#### [AVAILABLE RECORDS]
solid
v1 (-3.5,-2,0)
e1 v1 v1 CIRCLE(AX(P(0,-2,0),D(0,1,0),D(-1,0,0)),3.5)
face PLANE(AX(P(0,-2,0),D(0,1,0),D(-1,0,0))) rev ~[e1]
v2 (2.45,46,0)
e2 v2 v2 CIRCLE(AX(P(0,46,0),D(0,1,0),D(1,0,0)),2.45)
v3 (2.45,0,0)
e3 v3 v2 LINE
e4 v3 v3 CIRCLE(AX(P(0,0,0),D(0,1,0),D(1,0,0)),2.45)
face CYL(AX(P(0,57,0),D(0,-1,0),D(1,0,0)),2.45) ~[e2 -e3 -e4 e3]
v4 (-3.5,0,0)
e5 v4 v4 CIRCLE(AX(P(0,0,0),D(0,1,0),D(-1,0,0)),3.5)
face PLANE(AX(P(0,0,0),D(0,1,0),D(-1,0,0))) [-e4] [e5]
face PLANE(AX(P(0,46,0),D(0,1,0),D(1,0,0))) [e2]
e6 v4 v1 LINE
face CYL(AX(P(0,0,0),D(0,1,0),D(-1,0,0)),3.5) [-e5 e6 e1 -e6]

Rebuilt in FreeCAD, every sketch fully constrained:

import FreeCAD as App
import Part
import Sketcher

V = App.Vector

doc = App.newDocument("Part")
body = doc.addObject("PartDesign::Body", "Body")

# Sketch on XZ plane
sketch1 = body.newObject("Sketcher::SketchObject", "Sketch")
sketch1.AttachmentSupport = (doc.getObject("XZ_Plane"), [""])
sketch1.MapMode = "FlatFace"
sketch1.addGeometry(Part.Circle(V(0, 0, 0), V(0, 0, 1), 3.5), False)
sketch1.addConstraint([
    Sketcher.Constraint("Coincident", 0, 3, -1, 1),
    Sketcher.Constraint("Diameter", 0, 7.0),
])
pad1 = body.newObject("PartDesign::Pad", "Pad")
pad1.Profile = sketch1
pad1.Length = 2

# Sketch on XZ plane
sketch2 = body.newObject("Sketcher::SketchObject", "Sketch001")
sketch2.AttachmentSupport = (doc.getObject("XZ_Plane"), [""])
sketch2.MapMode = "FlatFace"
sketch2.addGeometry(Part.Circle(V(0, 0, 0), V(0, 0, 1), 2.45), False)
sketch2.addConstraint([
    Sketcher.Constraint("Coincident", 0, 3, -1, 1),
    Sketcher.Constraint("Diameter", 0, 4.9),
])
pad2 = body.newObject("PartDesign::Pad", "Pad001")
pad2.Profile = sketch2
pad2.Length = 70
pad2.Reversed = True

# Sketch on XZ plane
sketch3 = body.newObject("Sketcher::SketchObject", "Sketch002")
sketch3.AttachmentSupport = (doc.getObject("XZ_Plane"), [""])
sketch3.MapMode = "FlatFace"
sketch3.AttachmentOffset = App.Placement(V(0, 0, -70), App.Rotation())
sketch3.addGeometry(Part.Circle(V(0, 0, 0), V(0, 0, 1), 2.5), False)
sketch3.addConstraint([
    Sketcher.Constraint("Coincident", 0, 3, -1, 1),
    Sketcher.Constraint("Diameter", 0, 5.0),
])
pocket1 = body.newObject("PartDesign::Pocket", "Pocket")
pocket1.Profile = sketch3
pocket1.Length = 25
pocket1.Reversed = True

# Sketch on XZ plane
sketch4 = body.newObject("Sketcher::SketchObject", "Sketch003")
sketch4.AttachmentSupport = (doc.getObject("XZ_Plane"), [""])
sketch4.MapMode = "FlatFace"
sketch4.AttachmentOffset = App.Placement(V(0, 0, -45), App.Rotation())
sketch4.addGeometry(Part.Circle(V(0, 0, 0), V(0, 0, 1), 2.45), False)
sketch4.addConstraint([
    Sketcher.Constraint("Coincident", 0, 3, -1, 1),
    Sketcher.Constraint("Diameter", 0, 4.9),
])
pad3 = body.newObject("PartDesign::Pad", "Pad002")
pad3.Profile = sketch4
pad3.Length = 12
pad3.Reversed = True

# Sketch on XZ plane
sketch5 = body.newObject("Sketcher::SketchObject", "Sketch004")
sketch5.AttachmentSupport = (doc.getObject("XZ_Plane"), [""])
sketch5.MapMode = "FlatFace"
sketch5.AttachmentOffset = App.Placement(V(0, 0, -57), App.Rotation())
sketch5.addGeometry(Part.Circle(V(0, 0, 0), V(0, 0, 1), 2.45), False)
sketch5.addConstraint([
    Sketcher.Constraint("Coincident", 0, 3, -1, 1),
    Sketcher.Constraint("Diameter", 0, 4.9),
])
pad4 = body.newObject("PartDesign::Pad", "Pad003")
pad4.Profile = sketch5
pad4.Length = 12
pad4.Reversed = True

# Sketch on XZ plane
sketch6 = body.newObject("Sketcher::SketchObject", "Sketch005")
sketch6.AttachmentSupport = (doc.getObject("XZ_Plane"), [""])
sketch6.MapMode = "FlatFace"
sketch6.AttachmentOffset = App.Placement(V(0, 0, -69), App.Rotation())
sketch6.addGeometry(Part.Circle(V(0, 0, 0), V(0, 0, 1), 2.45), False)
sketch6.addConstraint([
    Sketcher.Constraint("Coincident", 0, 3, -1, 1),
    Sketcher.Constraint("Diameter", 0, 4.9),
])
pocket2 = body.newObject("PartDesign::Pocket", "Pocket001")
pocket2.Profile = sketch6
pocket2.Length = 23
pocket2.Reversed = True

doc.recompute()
* * *
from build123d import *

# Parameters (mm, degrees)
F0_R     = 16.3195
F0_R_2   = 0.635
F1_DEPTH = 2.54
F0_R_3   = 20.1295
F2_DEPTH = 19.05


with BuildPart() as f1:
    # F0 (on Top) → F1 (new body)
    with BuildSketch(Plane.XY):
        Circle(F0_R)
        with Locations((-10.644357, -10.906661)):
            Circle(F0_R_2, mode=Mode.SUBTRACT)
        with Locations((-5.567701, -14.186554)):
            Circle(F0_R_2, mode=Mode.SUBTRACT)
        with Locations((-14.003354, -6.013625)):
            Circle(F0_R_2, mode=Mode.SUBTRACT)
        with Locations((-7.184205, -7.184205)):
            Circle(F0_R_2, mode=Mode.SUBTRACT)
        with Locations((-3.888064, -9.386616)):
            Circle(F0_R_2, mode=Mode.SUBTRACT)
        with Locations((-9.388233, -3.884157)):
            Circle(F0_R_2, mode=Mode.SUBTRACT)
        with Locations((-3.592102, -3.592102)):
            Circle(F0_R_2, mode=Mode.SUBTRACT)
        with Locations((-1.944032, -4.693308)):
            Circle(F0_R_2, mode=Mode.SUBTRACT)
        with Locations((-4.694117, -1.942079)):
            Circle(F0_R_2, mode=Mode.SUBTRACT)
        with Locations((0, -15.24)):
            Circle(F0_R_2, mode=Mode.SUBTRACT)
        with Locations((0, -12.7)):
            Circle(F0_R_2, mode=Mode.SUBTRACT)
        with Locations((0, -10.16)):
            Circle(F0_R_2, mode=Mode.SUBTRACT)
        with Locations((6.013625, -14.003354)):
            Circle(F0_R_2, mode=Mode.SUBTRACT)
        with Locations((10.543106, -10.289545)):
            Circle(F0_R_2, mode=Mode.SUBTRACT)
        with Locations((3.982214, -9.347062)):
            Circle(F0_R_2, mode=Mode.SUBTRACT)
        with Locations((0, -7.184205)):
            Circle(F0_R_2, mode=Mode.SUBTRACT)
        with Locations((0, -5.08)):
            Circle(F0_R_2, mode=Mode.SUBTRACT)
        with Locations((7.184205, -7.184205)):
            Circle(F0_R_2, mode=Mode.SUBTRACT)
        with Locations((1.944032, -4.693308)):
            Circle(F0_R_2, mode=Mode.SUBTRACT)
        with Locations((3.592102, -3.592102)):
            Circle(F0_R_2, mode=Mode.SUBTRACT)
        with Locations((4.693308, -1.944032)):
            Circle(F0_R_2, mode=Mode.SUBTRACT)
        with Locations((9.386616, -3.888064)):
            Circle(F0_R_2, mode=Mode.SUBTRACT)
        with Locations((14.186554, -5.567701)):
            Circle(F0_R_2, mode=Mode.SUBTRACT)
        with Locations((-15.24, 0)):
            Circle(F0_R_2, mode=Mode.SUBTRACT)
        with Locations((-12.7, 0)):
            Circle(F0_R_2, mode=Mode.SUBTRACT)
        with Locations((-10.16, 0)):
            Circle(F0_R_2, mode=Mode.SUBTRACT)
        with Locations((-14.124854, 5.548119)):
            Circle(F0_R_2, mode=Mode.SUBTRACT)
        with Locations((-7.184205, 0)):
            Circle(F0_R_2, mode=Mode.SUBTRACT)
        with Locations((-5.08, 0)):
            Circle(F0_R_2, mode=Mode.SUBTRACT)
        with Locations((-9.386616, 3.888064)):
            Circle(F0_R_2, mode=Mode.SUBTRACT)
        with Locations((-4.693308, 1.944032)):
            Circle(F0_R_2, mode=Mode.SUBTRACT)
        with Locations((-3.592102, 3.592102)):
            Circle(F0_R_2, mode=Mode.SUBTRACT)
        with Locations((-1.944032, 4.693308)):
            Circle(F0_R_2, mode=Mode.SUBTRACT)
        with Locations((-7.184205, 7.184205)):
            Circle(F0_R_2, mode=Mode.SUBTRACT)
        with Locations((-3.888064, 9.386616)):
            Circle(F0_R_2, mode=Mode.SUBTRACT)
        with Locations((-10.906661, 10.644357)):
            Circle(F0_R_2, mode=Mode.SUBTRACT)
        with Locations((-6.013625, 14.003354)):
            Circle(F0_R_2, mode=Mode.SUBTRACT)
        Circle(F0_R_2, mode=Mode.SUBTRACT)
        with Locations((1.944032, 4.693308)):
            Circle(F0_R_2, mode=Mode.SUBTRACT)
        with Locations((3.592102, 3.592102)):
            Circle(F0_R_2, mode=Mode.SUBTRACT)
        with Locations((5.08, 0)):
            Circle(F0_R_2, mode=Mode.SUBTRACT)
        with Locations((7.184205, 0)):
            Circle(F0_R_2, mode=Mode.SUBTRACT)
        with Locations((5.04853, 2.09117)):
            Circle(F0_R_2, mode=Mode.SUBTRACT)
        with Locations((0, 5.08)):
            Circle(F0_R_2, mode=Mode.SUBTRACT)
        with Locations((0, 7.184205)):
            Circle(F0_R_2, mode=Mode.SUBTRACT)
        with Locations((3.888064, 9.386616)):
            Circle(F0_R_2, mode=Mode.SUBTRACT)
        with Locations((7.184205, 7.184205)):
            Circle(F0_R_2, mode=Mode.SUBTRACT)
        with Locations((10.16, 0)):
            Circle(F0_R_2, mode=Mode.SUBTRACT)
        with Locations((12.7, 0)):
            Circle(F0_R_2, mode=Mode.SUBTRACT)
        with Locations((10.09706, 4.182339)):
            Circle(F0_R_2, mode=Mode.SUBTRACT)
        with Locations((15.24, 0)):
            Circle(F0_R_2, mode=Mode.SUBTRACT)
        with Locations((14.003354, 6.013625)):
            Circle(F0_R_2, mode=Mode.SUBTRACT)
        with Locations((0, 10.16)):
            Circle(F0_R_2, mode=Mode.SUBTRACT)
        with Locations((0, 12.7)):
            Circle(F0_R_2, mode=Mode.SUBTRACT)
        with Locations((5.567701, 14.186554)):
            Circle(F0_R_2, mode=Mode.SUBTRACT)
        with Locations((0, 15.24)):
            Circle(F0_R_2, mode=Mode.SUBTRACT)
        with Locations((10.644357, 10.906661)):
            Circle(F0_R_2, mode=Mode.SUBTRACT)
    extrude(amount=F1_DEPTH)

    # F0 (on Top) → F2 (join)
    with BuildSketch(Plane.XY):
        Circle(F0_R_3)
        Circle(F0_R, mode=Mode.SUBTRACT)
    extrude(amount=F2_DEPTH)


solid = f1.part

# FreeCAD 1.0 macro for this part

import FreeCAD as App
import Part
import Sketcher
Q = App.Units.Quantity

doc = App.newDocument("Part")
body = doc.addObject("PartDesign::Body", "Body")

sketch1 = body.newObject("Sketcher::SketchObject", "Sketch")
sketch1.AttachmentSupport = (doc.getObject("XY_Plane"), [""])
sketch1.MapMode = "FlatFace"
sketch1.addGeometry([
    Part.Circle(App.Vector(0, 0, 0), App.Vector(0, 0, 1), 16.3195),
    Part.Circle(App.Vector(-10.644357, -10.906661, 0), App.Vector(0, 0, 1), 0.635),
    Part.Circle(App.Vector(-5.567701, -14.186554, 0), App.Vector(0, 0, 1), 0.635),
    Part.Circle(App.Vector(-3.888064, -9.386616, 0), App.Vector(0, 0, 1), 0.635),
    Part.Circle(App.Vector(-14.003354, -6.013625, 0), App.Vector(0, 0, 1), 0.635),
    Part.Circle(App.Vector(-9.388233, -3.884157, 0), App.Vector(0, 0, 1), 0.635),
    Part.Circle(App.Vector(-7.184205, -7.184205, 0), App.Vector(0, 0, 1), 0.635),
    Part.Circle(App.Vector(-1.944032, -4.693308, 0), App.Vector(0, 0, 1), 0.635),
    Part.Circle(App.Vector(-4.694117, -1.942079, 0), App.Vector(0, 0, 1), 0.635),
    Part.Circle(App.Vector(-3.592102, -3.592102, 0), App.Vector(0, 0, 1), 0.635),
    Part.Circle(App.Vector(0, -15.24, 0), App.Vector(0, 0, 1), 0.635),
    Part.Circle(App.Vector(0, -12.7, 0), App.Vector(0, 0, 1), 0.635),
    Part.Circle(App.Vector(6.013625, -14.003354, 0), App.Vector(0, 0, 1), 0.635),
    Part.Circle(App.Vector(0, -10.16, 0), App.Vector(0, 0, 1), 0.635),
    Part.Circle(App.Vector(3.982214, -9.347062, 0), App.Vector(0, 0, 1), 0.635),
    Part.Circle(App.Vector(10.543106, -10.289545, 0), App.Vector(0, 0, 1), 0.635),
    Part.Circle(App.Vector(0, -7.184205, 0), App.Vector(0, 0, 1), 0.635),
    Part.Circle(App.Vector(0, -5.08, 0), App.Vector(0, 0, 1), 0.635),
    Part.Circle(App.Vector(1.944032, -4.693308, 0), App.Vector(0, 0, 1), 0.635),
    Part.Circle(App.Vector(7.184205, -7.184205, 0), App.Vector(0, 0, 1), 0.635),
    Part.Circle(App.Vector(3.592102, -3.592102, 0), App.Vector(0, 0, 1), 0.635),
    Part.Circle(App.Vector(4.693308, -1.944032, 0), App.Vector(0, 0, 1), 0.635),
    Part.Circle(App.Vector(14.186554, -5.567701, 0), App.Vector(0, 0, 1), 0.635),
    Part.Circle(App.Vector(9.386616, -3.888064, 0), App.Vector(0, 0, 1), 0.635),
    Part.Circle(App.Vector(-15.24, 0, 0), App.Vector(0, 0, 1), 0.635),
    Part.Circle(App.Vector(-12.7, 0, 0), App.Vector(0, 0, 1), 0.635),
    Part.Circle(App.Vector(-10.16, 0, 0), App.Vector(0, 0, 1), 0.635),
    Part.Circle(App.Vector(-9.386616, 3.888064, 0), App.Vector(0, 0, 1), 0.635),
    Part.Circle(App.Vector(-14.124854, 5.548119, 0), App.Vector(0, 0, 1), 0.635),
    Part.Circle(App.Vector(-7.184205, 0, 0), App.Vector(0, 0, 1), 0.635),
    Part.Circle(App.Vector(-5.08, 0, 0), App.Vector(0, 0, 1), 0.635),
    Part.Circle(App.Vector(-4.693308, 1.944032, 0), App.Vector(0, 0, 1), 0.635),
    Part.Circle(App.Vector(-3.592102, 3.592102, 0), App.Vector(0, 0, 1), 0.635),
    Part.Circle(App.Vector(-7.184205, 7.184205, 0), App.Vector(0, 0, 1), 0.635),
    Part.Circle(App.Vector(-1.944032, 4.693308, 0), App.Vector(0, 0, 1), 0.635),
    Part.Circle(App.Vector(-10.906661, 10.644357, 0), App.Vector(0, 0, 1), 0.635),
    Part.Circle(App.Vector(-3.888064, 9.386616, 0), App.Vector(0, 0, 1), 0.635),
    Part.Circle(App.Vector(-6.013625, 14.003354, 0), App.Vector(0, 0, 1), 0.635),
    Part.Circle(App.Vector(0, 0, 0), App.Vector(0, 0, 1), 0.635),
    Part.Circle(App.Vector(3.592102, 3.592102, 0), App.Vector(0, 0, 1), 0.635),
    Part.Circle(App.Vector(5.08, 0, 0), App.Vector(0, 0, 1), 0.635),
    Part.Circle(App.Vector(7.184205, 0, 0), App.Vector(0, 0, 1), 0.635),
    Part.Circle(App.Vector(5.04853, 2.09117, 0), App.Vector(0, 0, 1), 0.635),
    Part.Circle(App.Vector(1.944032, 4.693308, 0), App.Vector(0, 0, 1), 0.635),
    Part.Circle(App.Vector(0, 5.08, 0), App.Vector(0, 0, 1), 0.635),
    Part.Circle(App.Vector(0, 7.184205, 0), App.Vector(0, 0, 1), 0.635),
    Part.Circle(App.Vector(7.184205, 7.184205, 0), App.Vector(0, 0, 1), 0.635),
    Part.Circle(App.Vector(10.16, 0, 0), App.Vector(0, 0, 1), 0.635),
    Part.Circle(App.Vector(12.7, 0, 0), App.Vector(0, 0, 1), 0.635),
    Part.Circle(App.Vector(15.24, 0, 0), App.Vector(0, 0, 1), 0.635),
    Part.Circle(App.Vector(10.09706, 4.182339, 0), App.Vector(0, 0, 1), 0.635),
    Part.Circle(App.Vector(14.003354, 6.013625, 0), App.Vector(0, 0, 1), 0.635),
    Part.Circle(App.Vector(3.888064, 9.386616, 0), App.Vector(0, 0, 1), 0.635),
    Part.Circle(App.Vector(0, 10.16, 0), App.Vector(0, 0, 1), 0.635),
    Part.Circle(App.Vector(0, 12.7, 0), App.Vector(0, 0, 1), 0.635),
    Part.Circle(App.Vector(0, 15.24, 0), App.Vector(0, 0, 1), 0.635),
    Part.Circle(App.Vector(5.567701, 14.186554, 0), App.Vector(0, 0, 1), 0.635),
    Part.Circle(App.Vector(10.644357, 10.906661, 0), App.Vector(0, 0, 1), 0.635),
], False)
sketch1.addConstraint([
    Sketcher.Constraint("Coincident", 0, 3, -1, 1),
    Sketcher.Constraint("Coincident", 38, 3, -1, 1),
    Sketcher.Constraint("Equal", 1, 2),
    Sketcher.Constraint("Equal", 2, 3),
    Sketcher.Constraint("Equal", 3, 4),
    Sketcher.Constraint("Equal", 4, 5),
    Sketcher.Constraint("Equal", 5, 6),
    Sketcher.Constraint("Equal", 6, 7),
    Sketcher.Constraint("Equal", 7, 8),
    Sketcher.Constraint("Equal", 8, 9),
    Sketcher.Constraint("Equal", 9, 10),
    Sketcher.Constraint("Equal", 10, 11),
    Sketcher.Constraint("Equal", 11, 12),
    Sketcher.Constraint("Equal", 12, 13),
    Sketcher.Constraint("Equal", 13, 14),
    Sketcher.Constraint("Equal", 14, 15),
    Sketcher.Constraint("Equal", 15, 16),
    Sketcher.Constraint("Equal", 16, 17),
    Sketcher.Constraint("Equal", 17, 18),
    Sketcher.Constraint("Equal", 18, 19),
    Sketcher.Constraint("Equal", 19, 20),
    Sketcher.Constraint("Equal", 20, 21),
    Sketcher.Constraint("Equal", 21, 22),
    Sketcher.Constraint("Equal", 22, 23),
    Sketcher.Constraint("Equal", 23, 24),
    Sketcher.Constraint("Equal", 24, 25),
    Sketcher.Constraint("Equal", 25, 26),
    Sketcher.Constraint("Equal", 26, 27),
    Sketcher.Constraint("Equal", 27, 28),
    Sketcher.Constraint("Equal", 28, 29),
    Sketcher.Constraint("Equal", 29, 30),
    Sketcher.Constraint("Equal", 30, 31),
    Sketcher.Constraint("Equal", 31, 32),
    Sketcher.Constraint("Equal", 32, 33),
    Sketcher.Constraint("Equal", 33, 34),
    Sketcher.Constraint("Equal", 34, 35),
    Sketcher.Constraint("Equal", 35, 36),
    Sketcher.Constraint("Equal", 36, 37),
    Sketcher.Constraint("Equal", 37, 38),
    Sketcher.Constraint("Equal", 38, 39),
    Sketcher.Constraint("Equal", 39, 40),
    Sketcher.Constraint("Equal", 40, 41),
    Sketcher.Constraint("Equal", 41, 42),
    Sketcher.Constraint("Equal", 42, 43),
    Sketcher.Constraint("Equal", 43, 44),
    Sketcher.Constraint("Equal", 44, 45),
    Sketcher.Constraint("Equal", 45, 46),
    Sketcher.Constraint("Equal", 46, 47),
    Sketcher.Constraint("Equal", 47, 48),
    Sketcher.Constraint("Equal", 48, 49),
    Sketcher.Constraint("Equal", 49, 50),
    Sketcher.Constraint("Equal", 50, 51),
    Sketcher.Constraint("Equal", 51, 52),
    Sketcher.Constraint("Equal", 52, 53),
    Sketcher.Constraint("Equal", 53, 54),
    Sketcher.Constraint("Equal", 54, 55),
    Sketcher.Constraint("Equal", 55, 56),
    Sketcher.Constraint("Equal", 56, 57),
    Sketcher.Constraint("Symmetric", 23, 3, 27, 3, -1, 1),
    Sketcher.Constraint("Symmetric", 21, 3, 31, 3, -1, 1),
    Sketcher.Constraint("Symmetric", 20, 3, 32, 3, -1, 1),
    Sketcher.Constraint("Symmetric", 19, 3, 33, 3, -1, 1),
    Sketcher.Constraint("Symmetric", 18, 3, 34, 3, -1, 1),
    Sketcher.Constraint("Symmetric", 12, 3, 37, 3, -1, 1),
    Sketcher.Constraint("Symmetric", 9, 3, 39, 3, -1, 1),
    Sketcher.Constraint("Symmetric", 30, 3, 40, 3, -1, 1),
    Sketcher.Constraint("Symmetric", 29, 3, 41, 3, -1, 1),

#### [ASSIGNMENT]
Using the data above, reproduce exactly the lines between those holding "face CYL(AX(P(0,57,0),D(0,-1,0),D(1,0,0)),2.45) ~[e2" and "Rebuilt in FreeCAD, every", inclusive, and no others.

#### [COMPLETED TASK]
face CYL(AX(P(0,57,0),D(0,-1,0),D(1,0,0)),2.45) ~[e2 -e3 -e4 e3]
v4 (-3.5,0,0)
e5 v4 v4 CIRCLE(AX(P(0,0,0),D(0,1,0),D(-1,0,0)),3.5)
face PLANE(AX(P(0,0,0),D(0,1,0),D(-1,0,0))) [-e4] [e5]
face PLANE(AX(P(0,46,0),D(0,1,0),D(1,0,0))) [e2]
e6 v4 v1 LINE
face CYL(AX(P(0,0,0),D(0,1,0),D(-1,0,0)),3.5) [-e5 e6 e1 -e6]

Rebuilt in FreeCAD, every sketch fully constrained:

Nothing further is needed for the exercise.